▸ WORK ORDER
Please repeat only the stretch of records running from the first line through the line that contains "v -50.868 48.198 -1.5".

▸ DATA EXTRACTS
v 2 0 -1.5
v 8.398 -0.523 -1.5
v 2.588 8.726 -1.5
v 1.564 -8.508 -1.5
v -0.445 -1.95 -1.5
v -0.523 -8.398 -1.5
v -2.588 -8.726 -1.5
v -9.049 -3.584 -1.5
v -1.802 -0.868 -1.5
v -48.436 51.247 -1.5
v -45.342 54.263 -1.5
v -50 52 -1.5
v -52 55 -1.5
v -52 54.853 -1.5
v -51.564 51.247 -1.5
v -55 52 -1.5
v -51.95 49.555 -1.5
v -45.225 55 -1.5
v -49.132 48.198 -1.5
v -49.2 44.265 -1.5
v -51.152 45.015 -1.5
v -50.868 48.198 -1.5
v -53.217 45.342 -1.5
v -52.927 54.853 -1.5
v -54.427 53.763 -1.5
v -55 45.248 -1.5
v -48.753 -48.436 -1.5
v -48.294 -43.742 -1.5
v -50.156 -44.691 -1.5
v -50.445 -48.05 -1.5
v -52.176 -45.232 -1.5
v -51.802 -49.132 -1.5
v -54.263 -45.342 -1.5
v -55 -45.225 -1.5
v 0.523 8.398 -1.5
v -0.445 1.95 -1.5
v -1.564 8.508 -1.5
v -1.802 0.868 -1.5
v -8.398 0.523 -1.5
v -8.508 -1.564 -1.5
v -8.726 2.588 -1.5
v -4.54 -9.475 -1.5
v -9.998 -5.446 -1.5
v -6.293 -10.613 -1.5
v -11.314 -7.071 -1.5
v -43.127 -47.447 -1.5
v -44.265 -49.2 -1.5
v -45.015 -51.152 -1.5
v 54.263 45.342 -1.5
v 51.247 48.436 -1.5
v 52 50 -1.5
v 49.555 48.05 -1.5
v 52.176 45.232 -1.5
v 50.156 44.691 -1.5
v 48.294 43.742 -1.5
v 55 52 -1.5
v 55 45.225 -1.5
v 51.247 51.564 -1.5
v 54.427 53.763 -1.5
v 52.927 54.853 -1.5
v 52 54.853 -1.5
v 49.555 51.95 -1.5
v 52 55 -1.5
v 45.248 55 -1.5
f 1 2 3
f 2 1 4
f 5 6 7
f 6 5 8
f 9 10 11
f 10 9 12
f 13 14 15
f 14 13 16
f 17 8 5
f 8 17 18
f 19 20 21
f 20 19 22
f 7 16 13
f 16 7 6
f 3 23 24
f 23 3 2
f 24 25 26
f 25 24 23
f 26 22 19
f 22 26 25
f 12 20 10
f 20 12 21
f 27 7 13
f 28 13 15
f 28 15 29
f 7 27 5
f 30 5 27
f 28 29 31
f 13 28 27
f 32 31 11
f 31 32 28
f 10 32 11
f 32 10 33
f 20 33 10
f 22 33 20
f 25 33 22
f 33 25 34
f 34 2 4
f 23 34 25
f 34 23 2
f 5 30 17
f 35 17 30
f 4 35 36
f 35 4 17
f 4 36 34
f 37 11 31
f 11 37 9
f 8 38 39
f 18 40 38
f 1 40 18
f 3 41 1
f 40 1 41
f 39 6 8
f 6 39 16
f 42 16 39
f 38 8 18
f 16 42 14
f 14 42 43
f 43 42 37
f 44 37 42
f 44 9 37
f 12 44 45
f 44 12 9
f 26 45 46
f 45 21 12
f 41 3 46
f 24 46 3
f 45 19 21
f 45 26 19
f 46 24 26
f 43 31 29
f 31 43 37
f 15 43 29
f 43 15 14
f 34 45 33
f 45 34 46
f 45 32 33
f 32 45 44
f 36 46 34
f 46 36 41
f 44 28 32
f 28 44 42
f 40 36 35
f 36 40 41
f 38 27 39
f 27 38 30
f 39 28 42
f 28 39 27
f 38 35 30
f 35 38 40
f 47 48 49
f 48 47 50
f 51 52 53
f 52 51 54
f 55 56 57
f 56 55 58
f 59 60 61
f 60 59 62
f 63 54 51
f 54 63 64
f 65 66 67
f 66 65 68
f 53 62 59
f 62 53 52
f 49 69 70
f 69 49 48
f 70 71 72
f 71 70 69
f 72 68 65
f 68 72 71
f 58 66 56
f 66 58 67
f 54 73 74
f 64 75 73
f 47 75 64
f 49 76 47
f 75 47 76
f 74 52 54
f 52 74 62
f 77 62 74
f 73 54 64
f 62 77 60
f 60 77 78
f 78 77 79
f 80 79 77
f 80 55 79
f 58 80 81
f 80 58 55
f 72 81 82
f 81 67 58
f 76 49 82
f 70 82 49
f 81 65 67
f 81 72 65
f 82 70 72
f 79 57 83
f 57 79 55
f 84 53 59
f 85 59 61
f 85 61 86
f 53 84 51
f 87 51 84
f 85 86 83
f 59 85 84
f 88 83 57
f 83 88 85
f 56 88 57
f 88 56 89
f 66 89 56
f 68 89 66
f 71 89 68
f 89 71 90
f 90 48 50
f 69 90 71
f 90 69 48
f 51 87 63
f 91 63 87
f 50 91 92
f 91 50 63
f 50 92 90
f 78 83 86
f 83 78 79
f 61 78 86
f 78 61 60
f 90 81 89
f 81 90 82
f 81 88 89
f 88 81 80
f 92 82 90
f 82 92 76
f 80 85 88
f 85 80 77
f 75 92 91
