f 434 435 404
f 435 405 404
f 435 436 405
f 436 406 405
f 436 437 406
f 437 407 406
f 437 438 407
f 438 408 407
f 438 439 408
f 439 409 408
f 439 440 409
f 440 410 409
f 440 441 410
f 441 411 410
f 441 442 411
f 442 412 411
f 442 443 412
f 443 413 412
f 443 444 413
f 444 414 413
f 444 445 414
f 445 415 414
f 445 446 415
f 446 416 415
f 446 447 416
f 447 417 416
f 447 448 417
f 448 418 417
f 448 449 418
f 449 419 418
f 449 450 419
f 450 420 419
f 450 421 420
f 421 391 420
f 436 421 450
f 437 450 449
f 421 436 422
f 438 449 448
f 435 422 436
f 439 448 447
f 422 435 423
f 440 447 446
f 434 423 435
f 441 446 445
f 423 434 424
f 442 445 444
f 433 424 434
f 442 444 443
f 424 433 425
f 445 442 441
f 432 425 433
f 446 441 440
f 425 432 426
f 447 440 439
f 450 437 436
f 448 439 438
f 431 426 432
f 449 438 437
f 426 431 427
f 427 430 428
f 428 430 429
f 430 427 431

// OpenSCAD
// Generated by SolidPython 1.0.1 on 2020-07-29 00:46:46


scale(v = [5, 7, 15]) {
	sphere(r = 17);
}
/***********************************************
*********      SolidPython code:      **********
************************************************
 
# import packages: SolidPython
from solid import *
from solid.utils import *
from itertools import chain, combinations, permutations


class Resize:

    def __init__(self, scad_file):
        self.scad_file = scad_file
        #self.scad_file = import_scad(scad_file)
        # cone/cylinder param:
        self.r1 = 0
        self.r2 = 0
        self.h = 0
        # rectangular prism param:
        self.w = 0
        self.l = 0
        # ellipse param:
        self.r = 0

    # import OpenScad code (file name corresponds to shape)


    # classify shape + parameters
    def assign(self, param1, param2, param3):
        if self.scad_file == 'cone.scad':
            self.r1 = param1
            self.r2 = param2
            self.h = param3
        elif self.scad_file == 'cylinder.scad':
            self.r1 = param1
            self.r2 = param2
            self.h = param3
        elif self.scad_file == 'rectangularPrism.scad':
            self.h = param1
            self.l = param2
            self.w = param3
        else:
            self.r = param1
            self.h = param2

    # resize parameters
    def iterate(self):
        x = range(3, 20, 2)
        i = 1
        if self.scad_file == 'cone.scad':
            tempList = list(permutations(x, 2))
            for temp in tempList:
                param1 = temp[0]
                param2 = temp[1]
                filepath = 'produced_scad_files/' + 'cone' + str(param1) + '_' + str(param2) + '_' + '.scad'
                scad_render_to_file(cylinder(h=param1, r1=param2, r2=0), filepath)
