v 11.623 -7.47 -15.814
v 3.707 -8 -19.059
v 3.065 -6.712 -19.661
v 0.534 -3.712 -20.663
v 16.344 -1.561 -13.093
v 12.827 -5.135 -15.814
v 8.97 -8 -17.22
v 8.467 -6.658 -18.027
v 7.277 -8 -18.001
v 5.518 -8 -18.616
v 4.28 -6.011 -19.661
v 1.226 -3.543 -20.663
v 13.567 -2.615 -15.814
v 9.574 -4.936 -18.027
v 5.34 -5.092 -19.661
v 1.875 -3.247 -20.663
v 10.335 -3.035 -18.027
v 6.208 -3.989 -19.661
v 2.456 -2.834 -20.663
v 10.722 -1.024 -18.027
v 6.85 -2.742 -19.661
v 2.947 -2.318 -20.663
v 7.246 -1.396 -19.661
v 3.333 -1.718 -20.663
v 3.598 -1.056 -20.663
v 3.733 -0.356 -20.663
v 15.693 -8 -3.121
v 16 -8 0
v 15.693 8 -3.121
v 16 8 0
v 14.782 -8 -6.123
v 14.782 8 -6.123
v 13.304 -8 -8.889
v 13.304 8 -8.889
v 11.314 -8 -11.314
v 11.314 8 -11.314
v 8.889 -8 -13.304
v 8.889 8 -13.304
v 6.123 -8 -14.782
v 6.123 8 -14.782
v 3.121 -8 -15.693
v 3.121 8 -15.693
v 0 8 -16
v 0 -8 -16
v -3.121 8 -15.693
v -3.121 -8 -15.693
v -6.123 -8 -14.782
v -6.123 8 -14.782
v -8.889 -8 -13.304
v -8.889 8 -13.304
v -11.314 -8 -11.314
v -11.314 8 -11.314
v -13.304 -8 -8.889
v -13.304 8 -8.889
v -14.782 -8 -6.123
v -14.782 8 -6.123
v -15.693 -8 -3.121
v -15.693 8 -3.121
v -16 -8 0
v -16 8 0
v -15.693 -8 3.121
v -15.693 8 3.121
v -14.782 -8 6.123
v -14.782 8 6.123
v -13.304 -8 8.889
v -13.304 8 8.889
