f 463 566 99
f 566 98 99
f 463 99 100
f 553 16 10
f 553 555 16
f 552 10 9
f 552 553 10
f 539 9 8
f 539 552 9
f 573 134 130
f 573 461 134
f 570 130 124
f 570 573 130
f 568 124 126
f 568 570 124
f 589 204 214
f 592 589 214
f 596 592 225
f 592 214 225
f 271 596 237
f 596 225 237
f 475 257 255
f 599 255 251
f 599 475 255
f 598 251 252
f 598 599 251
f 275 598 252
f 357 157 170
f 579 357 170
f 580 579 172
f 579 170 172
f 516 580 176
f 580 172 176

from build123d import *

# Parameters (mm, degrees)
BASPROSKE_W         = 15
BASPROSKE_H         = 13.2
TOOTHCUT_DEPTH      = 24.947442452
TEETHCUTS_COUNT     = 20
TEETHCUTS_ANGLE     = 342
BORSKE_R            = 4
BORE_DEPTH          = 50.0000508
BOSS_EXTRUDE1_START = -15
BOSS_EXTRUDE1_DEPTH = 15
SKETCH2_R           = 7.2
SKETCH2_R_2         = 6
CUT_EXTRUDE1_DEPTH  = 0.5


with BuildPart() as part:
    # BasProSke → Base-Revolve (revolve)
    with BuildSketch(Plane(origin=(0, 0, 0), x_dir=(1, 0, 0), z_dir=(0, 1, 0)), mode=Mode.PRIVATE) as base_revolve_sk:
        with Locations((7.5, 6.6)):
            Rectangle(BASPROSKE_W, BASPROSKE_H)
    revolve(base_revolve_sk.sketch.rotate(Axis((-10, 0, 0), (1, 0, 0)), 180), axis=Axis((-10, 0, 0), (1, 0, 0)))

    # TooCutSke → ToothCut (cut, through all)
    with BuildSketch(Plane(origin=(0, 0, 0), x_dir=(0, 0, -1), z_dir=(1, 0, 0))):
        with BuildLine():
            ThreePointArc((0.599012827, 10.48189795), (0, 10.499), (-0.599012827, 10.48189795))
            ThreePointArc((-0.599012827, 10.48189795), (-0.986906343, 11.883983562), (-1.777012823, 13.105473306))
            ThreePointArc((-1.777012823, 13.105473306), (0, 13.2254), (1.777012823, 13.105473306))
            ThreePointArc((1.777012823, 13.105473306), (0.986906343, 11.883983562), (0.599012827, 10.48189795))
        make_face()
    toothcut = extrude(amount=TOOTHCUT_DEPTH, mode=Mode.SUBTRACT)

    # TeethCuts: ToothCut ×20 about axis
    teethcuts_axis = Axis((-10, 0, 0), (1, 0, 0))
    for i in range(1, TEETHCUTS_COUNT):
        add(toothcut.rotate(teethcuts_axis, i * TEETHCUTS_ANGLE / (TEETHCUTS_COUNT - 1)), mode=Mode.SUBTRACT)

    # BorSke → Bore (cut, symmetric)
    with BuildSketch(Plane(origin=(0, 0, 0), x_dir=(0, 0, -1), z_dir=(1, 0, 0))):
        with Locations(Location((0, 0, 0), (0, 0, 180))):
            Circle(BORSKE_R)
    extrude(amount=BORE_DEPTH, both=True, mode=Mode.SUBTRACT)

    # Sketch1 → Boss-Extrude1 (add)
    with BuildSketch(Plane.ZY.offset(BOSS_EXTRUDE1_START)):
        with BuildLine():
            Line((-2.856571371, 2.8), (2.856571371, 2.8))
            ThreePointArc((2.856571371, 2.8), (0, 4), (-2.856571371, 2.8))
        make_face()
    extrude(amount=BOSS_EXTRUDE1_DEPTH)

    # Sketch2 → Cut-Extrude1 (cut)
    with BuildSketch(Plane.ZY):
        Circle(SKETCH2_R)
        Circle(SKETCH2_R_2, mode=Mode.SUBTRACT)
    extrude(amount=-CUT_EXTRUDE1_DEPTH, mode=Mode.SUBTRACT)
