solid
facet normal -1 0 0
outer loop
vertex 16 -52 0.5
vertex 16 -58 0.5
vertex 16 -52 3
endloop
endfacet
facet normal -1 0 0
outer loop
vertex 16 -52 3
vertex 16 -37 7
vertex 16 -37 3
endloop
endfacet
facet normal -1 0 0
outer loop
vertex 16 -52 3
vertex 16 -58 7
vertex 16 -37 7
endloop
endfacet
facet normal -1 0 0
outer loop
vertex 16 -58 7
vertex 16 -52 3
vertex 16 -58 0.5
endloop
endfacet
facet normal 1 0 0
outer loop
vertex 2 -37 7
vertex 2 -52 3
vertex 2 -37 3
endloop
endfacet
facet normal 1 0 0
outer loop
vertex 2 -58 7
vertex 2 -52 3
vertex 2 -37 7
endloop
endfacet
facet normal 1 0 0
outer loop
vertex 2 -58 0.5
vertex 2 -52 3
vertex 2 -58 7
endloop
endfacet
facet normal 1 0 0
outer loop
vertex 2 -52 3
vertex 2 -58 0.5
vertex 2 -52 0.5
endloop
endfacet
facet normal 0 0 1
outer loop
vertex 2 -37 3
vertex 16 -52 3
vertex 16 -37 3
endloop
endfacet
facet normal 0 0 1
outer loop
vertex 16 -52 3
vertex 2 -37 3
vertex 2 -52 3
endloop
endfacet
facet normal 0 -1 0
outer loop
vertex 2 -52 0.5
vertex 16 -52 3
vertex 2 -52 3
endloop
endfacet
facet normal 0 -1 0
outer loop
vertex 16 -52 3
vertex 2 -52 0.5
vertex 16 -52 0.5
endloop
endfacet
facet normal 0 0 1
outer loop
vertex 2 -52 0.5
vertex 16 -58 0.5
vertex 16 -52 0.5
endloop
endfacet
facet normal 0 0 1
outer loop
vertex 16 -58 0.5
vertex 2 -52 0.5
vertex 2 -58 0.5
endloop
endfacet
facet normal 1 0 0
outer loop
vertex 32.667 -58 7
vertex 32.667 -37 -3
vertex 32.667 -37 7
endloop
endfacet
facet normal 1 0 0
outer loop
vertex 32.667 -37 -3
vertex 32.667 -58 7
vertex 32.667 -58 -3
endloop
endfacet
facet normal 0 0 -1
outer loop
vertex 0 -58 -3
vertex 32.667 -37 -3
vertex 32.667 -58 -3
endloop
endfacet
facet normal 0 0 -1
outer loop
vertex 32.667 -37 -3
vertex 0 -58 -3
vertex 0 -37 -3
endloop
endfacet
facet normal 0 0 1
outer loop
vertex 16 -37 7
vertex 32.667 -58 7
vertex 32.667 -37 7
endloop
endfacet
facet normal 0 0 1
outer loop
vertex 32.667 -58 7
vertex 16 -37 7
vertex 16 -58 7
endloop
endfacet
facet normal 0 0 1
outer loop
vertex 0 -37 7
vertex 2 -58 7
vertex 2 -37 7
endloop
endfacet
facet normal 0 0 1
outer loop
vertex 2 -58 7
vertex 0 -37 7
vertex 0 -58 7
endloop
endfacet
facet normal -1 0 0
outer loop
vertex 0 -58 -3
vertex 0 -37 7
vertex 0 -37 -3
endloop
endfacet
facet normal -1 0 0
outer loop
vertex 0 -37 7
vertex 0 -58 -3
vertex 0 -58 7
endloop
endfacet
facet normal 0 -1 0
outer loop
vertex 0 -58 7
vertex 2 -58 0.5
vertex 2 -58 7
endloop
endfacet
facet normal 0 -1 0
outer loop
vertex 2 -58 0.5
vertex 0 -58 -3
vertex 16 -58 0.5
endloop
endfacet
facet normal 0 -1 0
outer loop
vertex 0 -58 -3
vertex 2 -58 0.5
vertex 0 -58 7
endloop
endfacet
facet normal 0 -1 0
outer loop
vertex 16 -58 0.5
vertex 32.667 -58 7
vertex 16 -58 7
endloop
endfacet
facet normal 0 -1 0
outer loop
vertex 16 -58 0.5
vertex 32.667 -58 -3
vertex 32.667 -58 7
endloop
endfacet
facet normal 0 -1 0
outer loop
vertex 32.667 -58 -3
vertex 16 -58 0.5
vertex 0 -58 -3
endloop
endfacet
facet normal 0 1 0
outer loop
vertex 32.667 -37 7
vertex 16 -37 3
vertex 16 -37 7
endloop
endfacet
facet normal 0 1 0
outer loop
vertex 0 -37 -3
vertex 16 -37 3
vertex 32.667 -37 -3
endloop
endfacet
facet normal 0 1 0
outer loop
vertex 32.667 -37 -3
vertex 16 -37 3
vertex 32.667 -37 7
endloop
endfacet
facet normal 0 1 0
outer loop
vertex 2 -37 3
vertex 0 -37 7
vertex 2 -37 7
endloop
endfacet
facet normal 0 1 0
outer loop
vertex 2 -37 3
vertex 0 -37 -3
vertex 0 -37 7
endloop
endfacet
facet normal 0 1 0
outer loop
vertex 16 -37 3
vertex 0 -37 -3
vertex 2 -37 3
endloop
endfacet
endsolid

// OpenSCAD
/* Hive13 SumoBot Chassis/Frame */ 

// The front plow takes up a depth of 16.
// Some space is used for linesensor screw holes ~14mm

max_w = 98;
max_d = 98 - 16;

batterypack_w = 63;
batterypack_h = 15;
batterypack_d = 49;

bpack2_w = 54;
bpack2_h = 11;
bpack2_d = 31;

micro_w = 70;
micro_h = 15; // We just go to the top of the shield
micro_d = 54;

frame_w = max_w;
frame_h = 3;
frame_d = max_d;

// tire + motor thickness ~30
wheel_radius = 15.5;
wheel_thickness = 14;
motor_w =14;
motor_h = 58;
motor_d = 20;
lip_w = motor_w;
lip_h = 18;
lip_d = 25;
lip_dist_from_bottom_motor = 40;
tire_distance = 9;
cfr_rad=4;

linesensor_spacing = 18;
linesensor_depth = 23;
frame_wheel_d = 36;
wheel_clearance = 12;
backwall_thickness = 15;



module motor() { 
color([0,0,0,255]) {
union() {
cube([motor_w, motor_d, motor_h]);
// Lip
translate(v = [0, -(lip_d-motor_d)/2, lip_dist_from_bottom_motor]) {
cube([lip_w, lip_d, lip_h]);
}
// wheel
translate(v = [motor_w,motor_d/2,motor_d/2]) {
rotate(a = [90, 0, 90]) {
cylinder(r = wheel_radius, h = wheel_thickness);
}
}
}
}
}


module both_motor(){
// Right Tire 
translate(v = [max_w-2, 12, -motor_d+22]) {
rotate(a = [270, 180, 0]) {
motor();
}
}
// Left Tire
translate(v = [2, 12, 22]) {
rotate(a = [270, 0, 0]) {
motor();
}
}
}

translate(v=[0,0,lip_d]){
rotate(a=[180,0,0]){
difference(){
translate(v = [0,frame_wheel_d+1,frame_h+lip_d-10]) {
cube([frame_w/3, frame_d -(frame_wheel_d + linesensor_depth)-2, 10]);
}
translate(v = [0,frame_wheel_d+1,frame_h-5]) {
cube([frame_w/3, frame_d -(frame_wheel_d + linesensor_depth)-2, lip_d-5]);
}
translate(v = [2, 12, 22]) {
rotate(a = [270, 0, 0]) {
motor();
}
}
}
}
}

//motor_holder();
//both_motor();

▸ REPLY
v 2 0 -1.5
v 8.398 -0.523 -1.5
v 2.588 8.726 -1.5
v 1.564 -8.508 -1.5
v -0.445 -1.95 -1.5
v -0.523 -8.398 -1.5
v -2.588 -8.726 -1.5
v -9.049 -3.584 -1.5
v -1.802 -0.868 -1.5
v -48.436 51.247 -1.5
v -45.342 54.263 -1.5
v -50 52 -1.5
v -52 55 -1.5
v -52 54.853 -1.5
v -51.564 51.247 -1.5
v -55 52 -1.5
v -51.95 49.555 -1.5
v -45.225 55 -1.5
v -49.132 48.198 -1.5
v -49.2 44.265 -1.5
v -51.152 45.015 -1.5
v -50.868 48.198 -1.5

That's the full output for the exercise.